Our model has an accuracy score of 94.7% which is remarkable. Looking at the classification report, we should note that class 1 corresponds to malignant cases and class 0 corresponds to benign cases. From the Precision column we see that 93% of the samples predicted as benign were actually benign and 97% of the samples predicted as malignant were actually malignant.

Furthermore, from the recall column we see that 99% of actual benign samples were correctly identified, but only 88% of the malignant samples were correctly identified. This is still impressive. Moreover, we see that both classes have a balanced precision and recall measure by looking at their F1 scores. Lastly, the support columns tells us that 72 samples were benign and 42 samples were malignant.

In summary, our model predicted the correct class for 95% of the testing samples which indicates a strong performance in distinguishing between “Benign” and “Malignant” breast cancer cases.

Data Visualisation

Since we have many features, we can use principle component analysis to reduce the dimentionality of the data.

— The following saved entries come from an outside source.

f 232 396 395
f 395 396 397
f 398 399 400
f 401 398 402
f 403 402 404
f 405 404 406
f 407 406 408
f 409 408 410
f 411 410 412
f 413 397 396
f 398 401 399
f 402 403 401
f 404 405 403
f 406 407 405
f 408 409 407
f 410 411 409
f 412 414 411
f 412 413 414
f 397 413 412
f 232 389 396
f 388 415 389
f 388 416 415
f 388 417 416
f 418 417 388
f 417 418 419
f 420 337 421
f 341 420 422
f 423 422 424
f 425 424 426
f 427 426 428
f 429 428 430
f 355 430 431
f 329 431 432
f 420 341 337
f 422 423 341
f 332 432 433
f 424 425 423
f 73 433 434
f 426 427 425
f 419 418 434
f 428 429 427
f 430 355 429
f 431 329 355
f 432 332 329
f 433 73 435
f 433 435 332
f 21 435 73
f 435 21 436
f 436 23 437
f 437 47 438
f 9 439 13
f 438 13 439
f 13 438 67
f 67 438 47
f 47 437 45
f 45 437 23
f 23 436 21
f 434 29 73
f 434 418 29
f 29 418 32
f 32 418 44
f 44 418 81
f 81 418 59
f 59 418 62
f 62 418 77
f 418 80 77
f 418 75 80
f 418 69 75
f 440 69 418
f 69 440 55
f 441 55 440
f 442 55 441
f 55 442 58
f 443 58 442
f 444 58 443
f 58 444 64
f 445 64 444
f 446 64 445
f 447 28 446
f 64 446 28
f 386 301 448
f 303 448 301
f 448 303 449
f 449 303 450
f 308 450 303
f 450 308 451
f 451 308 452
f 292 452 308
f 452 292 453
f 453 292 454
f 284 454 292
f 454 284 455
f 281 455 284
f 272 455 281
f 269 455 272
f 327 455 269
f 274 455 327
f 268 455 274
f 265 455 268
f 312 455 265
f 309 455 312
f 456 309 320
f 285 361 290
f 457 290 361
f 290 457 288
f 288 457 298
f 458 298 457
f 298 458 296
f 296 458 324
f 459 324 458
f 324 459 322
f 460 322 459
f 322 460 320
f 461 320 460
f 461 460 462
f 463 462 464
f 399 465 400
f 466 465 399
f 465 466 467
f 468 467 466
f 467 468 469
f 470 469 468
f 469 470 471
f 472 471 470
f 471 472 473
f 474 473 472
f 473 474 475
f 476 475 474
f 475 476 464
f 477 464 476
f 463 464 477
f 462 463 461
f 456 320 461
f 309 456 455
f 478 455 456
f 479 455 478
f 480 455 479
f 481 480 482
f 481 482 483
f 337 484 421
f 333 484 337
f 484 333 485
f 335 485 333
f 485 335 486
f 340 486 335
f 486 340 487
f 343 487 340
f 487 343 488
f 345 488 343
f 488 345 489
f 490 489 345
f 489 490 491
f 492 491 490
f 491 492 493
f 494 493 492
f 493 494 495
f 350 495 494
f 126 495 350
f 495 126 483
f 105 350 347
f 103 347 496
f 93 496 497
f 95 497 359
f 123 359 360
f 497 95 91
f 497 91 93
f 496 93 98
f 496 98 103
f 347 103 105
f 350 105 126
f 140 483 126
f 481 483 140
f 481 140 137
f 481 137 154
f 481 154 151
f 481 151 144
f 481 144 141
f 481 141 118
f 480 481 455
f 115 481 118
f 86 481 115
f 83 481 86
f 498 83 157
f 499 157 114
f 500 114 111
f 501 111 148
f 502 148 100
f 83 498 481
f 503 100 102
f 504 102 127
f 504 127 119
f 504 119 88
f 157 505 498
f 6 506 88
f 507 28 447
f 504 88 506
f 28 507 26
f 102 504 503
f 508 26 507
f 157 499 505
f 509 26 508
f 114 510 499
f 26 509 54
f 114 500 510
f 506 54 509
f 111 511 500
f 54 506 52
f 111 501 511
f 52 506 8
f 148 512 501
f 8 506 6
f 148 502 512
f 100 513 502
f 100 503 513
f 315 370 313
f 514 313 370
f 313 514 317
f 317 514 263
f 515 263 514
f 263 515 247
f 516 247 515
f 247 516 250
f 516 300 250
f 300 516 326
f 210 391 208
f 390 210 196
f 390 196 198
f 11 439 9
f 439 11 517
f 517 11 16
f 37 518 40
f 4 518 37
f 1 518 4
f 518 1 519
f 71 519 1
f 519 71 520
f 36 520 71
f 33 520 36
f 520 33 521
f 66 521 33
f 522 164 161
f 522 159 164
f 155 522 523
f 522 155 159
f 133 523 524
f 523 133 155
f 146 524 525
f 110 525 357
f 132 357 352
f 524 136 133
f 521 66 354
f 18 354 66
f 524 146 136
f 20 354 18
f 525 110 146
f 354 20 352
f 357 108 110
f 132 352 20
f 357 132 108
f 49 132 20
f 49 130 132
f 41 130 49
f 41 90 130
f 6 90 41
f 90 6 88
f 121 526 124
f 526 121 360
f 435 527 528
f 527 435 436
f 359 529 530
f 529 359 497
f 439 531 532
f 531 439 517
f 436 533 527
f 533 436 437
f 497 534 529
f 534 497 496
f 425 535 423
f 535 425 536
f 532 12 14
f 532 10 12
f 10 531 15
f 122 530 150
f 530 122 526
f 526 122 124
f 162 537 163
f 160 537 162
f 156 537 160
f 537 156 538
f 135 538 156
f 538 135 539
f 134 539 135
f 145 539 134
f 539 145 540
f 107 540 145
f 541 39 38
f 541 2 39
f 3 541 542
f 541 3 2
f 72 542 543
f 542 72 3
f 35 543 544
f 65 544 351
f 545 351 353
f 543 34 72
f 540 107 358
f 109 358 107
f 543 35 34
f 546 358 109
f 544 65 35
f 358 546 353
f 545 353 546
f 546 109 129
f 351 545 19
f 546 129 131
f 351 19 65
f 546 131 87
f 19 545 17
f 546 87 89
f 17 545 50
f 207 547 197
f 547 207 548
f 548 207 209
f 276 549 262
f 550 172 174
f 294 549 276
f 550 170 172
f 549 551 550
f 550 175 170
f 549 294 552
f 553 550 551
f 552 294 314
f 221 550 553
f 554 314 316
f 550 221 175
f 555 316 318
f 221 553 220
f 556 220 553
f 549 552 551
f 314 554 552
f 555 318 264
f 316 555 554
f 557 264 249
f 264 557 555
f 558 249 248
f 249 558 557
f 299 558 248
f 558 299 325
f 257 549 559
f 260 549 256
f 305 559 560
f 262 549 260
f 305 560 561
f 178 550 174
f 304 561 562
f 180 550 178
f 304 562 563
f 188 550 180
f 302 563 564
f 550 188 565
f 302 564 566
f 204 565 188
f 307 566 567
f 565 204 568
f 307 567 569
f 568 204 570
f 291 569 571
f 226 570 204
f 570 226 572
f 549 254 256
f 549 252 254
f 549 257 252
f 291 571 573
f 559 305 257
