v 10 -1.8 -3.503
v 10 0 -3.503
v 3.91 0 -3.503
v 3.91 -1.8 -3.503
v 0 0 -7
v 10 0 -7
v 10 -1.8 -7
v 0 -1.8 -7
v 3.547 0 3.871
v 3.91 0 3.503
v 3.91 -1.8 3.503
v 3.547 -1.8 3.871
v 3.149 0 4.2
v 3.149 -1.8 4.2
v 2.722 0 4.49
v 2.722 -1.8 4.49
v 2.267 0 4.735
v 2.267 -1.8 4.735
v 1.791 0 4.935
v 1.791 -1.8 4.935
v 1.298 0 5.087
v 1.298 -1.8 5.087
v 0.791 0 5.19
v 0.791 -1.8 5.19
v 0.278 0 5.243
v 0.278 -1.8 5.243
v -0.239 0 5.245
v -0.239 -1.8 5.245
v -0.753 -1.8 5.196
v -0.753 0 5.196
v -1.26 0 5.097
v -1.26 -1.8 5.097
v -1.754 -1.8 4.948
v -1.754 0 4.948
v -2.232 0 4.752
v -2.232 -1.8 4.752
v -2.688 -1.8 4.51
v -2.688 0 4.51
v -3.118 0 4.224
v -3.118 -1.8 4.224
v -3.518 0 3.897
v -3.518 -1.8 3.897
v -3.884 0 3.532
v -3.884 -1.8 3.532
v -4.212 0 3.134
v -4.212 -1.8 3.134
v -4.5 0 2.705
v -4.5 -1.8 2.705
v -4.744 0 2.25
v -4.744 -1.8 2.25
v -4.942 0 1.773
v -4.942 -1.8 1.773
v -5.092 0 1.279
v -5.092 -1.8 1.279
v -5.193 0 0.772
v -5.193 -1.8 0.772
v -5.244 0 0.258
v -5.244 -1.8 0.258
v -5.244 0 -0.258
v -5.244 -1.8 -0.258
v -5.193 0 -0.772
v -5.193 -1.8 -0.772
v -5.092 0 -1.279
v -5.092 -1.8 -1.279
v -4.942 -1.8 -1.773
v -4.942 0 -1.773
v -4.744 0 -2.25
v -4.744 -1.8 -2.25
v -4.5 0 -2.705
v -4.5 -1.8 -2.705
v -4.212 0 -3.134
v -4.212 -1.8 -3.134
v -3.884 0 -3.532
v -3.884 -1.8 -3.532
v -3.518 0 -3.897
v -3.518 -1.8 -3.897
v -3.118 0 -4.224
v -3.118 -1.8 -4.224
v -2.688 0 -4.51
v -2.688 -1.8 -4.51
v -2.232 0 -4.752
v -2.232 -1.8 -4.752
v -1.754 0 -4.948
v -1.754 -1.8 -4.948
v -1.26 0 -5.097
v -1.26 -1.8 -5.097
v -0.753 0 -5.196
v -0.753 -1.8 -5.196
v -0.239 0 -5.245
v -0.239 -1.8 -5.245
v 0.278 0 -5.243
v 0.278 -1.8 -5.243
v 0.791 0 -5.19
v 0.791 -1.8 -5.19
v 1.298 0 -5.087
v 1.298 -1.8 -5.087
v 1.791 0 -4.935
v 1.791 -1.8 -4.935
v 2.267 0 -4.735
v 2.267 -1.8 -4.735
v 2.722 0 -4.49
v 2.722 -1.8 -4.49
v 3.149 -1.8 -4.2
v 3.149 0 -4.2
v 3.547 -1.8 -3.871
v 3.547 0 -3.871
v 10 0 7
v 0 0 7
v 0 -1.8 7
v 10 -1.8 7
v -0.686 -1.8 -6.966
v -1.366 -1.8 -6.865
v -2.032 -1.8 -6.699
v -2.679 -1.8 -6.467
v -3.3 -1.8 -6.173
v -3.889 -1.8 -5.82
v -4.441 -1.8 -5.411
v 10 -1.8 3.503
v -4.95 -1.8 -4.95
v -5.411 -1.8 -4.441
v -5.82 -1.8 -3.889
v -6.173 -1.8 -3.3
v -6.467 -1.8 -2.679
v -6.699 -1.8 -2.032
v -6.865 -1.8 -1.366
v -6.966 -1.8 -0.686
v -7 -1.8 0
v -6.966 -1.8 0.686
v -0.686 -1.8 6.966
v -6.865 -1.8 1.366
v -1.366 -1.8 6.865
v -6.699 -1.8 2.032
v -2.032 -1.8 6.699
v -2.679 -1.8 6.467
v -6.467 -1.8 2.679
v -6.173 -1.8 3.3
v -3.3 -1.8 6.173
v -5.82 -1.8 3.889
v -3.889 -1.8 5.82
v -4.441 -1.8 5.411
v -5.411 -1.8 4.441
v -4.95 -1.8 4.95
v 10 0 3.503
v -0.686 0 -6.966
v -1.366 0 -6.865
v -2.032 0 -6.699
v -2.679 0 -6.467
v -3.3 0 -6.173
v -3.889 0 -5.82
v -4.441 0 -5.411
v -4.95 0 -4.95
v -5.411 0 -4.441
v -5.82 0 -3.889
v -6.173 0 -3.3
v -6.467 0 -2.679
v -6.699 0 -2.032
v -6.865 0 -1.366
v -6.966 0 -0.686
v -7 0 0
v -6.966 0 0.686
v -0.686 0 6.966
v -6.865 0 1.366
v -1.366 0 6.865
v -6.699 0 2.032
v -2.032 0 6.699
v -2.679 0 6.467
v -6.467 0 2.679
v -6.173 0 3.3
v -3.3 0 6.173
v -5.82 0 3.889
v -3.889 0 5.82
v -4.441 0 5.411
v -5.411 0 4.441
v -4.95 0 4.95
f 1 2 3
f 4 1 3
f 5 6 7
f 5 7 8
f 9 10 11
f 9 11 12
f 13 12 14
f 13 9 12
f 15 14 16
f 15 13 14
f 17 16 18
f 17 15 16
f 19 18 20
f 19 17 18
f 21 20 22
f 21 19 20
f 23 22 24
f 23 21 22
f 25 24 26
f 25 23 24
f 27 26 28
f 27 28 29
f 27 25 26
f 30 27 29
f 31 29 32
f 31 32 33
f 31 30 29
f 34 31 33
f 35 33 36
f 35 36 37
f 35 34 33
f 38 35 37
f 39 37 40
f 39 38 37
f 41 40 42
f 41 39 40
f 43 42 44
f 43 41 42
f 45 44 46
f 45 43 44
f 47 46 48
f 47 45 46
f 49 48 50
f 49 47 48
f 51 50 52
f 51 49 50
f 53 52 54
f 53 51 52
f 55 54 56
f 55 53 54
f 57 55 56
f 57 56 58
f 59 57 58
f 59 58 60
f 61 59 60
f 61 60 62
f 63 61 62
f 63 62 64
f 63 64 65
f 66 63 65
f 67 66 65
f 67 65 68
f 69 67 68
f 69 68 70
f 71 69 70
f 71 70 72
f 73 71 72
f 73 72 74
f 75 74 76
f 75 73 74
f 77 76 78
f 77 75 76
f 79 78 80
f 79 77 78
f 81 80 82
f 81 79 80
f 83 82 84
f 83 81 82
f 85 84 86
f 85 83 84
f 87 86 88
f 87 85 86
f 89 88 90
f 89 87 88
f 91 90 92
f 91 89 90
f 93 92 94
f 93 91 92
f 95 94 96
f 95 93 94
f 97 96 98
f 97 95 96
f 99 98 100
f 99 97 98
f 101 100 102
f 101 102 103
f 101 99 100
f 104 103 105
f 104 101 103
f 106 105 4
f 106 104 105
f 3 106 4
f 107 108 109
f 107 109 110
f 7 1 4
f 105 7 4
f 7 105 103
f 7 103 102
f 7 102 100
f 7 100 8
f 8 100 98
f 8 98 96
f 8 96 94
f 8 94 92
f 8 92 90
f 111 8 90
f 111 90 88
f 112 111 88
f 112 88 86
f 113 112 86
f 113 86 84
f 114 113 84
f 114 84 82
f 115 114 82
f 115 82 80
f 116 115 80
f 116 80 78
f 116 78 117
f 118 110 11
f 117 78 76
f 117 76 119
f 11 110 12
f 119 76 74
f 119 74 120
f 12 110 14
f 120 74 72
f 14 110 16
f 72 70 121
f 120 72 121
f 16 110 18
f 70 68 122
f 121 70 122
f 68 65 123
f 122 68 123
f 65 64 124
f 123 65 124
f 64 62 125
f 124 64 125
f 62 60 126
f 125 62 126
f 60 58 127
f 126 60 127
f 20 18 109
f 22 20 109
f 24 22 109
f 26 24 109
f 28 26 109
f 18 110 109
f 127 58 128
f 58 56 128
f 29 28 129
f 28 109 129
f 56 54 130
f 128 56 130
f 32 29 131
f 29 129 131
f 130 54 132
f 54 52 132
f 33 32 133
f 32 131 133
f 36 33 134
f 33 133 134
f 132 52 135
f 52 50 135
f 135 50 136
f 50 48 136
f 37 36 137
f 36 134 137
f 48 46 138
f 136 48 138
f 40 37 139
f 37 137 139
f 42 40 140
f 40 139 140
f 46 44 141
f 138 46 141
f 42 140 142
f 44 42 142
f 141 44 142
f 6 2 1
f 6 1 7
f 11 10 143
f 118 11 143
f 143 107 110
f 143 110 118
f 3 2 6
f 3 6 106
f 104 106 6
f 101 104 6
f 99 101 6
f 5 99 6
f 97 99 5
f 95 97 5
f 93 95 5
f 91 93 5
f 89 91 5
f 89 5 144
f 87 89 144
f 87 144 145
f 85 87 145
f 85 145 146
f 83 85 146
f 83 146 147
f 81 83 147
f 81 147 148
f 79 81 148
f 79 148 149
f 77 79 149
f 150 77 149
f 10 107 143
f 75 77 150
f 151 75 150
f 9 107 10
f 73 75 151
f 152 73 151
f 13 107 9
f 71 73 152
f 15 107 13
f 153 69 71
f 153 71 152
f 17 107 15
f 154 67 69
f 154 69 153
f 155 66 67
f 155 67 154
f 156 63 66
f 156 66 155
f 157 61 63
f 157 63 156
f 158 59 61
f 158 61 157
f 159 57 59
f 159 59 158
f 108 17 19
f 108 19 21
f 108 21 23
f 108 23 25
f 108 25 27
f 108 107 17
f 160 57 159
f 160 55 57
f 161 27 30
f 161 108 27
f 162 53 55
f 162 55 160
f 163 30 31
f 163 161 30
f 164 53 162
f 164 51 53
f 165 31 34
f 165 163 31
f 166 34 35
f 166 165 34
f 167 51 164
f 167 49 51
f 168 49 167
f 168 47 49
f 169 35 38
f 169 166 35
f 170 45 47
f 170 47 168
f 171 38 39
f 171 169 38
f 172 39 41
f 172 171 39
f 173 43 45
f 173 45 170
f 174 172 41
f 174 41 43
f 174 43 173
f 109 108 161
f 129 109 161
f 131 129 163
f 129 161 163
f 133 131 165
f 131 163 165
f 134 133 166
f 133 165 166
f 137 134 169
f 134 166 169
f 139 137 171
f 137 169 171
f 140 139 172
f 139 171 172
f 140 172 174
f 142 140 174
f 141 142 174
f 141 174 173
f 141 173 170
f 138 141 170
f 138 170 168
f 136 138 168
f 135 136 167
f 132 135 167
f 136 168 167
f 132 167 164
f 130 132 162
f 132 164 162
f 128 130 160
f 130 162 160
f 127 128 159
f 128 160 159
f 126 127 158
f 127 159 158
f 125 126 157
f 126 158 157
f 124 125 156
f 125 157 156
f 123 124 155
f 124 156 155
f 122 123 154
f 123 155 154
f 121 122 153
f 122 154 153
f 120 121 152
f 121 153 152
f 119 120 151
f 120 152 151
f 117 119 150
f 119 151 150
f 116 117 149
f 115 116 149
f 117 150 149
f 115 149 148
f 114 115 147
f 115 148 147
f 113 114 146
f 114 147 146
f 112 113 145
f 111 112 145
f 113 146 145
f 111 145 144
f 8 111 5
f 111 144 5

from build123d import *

# Parameters (mm, degrees)
PAD_DEPTH = 1.8


with BuildPart() as part:
    # Sketch → Pad (new body)
    with BuildSketch(Plane.XZ):
        with BuildLine():
            ThreePointArc((3.91, 3.503484), (-5.25, 0), (3.91, -3.503484))
            Line((10, -3.503484), (3.91, -3.503484))
            Line((10, -3.503484), (10, -7))
            Line((10, -7), (0, -7))
            ThreePointArc((0, 7), (-7, 0), (0, -7))
            Line((0, 7), (10, 7))
            Line((10, 7), (10, 3.503484))
            Line((3.91, 3.503484), (10, 3.503484))
        make_face()
    extrude(amount=PAD_DEPTH)


solid = part.part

def plot_decision_boundaries(X, y, model):
    pca = PCA(n_components=2)
    X_pca = pca.fit_transform(X)
    model.fit(X_pca, y)
    x_min, x_max = X_pca[:, 0].min() - 1, X_pca[:, 0].max() + 1
    y_min, y_max = X_pca[:, 1].min() - 1, X_pca[:, 1].max() + 1
    xx, yy = np.meshgrid(np.arange(x_min, x_max, 0.1), np.arange(y_min, y_max, 0.1))
    Z = model.predict(np.c_[xx.ravel(), yy.ravel()])
    Z = Z.reshape(xx.shape)

    plt.figure(figsize=(10, 6))
    plt.contourf(xx, yy, Z, alpha=0.4)
    scatter = plt.scatter(X_pca[:, 0], X_pca[:, 1], c=y, s=20, edgecolor='k')
    plt.xlabel('PCA axis 1')
    plt.ylabel('PCA axis 2')
    plt.title('KNN Decision Boundaries with PCA')
    plt.colorbar()
    legend1 = plt.legend(*scatter.legend_elements(), title="Classes")
    plt.gca().add_artist(legend1)
    plt.show()

plot_decision_boundaries(X_test, y_prediction, knn)

Decision Boundaries The results above clearly show the decision bounary of our model and there is a clear distinction between “Class 0 - Benign” and “Class 1 - Malignant” observations. This model is reasonably accurate and can be saved for future use.